No. Library books have DRM on them. Calibre cannot convert DRMd books.


----------



## G. Henkel (Jan 12, 2010)

Calibre is the tool of my choice. I am creating all my MOBI, EPUB and LIT books using Calibre exclusively.


----------



## Linda Ash (Jul 13, 2010)

pidgeon92 said:


> No. Library books have DRM on them. Calibre cannot convert DRMd books.


Okay, thanks. I got a kindle for Christmas, but I really want the ability to read library books. Looks like I'll be exchanging it for a nook.


----------



## Ann in Arlington (Oct 27, 2008)

Linda Ash said:


> Okay, thanks. I got a kindle for Christmas, but I really want the ability to read library books. Looks like I'll be exchanging it for a nook.

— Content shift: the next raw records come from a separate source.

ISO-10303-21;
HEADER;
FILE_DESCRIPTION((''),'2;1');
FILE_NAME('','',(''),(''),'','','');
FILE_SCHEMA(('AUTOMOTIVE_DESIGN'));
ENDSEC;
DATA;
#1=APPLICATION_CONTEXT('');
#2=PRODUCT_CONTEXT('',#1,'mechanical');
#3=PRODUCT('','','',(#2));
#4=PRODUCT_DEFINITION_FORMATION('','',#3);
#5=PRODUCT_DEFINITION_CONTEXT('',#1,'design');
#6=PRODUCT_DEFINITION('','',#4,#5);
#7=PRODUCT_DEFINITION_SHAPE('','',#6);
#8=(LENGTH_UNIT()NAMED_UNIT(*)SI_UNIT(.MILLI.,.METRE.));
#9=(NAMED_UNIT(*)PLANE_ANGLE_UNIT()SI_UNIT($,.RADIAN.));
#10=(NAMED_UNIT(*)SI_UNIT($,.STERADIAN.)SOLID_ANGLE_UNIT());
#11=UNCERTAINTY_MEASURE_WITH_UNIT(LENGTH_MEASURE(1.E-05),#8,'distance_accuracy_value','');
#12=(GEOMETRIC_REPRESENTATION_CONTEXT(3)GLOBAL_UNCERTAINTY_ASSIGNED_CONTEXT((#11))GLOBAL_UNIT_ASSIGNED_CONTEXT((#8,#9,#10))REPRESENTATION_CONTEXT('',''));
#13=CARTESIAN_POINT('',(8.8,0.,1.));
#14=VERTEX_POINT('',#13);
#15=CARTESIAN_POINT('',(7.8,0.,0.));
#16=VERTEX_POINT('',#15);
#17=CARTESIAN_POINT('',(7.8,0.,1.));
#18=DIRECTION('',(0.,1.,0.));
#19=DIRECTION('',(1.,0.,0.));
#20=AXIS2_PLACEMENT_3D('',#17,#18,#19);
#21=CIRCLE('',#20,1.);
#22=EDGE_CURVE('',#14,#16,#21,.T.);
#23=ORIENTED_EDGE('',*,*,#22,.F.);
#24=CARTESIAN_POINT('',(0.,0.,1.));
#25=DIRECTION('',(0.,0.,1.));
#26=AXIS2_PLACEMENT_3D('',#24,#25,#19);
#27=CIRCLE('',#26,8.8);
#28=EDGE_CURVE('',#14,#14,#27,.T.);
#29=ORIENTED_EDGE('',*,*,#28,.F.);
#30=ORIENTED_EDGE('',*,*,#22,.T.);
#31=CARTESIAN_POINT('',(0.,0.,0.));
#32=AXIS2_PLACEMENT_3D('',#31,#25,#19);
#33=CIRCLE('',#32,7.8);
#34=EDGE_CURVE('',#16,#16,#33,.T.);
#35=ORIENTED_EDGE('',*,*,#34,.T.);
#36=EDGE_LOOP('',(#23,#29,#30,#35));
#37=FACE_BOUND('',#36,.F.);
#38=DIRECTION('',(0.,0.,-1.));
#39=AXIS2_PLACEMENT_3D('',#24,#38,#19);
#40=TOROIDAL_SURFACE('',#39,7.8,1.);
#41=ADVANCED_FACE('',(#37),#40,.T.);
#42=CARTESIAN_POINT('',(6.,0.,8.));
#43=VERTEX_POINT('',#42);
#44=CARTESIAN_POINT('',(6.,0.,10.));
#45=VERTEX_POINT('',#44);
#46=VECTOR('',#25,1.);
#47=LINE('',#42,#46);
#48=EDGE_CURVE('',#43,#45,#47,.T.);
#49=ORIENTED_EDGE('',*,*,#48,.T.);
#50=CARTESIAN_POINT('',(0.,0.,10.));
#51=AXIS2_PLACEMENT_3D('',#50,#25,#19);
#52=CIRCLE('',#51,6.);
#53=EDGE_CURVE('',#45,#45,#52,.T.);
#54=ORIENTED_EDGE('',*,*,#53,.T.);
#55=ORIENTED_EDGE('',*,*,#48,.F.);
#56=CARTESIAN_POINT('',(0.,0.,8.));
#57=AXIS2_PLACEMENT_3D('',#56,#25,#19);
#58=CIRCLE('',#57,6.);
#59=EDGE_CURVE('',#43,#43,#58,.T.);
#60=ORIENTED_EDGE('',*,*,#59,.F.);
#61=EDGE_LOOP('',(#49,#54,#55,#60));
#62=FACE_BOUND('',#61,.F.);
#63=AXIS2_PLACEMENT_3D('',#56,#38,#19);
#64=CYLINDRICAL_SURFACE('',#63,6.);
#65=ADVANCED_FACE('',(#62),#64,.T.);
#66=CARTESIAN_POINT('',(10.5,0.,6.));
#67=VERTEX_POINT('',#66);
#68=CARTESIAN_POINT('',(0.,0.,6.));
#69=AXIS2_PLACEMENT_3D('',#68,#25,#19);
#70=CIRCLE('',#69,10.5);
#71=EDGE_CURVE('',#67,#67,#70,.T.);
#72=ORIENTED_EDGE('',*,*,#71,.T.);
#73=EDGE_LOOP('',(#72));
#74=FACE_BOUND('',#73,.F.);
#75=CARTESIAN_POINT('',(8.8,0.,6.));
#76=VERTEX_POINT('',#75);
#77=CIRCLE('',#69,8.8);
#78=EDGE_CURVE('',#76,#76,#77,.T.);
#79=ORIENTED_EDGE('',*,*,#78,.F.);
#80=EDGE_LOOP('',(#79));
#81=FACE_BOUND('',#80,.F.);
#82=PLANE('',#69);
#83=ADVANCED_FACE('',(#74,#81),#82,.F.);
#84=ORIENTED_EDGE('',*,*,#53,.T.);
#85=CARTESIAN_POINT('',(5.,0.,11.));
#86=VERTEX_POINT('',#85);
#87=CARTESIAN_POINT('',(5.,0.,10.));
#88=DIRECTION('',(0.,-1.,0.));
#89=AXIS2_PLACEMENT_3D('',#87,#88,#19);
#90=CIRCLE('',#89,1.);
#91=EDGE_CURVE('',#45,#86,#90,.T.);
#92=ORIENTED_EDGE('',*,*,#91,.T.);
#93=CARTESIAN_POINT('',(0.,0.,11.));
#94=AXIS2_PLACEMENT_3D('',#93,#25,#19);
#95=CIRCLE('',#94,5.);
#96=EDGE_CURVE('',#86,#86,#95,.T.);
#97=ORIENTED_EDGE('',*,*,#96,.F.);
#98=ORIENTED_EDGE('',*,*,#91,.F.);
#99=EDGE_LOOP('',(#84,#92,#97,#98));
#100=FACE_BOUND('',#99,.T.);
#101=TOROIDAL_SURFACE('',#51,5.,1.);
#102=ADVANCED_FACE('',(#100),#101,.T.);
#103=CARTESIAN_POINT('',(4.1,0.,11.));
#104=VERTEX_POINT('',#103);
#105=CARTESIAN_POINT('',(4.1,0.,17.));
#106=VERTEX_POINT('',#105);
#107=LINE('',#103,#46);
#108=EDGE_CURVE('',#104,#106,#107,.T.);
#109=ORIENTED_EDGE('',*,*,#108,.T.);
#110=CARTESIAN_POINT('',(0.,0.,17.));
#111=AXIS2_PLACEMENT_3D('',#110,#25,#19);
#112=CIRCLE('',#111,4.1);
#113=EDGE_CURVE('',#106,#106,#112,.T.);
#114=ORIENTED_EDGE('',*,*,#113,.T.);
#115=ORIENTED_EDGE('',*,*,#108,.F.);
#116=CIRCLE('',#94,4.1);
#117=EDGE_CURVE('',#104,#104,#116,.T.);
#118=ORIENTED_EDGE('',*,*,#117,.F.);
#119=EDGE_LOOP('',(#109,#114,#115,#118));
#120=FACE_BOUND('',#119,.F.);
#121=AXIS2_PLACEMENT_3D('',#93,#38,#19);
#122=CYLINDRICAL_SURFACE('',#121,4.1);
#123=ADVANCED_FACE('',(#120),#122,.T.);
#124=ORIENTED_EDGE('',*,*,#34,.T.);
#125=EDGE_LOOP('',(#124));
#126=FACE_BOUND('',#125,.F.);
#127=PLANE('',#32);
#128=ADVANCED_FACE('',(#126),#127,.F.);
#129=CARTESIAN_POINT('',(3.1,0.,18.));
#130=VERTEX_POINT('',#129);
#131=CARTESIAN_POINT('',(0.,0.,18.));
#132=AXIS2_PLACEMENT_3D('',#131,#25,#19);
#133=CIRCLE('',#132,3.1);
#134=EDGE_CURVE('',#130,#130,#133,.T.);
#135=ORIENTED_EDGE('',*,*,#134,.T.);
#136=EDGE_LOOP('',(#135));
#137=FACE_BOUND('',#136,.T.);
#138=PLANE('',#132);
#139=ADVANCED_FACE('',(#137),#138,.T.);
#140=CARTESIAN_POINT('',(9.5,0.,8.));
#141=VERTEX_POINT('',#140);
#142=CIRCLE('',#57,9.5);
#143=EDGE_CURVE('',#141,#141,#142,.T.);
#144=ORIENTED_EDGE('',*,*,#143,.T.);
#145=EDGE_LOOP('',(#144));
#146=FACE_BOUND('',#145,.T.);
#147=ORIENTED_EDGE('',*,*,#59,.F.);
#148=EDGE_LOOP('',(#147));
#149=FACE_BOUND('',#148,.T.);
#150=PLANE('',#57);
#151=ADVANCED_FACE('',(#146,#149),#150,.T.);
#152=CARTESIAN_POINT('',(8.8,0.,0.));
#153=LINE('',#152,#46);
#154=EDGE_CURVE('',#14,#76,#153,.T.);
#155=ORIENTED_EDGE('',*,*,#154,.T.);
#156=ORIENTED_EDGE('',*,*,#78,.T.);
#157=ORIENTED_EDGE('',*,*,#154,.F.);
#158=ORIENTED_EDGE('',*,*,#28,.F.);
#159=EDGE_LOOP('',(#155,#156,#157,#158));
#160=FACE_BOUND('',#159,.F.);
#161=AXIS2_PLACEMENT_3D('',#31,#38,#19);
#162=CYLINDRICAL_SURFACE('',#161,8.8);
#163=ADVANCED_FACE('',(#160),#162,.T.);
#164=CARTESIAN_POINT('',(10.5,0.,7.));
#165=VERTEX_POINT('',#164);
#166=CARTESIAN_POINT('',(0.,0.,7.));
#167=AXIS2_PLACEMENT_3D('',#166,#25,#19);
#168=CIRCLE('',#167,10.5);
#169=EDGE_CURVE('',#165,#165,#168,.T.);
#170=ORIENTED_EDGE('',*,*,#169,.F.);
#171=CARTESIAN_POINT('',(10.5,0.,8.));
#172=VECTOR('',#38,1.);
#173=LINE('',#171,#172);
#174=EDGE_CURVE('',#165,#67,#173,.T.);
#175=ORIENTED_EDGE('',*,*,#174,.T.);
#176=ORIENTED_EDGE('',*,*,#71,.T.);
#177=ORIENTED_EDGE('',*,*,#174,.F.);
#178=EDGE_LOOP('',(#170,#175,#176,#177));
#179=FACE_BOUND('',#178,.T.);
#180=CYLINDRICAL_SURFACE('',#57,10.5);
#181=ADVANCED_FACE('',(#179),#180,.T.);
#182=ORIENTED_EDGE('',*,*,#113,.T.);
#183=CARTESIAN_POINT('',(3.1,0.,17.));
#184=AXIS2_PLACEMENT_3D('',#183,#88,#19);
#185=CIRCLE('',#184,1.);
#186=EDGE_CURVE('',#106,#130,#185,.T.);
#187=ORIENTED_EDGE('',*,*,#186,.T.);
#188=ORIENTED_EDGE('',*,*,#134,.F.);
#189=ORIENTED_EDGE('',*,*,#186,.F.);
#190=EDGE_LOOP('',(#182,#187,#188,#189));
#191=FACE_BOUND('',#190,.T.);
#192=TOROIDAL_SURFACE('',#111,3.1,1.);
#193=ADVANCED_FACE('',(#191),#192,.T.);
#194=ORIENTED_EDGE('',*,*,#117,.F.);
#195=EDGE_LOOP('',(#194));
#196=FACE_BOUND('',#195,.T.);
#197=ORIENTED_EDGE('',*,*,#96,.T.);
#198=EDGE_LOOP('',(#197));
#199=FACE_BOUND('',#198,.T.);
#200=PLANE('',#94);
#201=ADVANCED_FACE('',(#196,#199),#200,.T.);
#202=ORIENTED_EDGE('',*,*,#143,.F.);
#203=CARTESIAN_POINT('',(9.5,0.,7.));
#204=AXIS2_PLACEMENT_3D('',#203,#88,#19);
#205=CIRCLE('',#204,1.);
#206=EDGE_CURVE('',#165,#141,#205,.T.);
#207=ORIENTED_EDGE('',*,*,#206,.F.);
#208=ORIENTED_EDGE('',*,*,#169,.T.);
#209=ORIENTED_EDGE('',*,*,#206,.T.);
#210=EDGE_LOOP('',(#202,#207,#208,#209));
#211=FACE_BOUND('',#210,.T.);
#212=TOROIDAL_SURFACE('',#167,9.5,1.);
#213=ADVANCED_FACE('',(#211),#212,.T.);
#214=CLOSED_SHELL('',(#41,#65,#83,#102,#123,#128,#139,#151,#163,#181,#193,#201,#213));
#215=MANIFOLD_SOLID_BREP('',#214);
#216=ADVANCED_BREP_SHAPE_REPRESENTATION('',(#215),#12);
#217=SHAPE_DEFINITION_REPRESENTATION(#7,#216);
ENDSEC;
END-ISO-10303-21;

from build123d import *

# Parameters (mm, degrees)
F0_R     = 8.8
F1_DEPTH = 8
F2_R     = 6
F3_DEPTH = 3
F4_R     = 4.1
F5_DEPTH = 7
F6_R     = 10.5
F6_R_2   = 8.8
F7_DEPTH = 2
F8_R     = 1


with BuildPart() as f1:
    # F0 (on Top) → F1 (new body)
    with BuildSketch(Plane.XY):
        Circle(F0_R)
    extrude(amount=F1_DEPTH)

    # F2 (on face) → F3 (join)
    with BuildSketch(Plane.XY.offset(8)):
        Circle(F2_R)
    extrude(amount=F3_DEPTH)

    # F4 (on face) → F5 (join)
    with BuildSketch(Plane.XY.offset(11)):
        Circle(F4_R)
    extrude(amount=F5_DEPTH)

    # F6 (on face) → F7 (join)
    with BuildSketch(Plane.XY.offset(8)):
        Circle(F6_R)
        Circle(F6_R_2, mode=Mode.SUBTRACT)
    extrude(amount=-F7_DEPTH)

    # F8
    f8_edges = [f1.edges().sort_by_distance(p)[0] for p in [
        (-4.1, 0, 18),
        (-6, 0, 11),
        (-10.5, 0, 8),
        (-8.8, 0, 0),
    ]]
    fillet(f8_edges, radius=F8_R)


solid = f1.part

Note that the Sony and Kobo both support borrowing of Library books. . .I mention this only because I find both to be more intuitive than the Nook.


----------



## Linda Ash (Jul 13, 2010)

Ann in Arlington said:


> Note that the Sony and Kobo both support borrowing of Library books. . .I mention this only because I find both to be more intuitive than the Nook.


After I typed that, I've been looking more seriously at all of the different eReaders I can find. I think I've actually decided on a Sony Touch. I'll go to Best Buy and play with all they have there before I make a final decision.


----------



## G. Henkel (Jan 12, 2010)

Lending is also a feature that IS coming to the Kindle with a firmware update. Once they have that in place it should open the Kindle up for library lending, also.


----------



## Linda Ash (Jul 13, 2010)

I wish lending were already a Kindle feature. I'm a library junkie. Our library's web page had a feature where you could calculate how much the library saves you per month. My figure came out to well over $900 : )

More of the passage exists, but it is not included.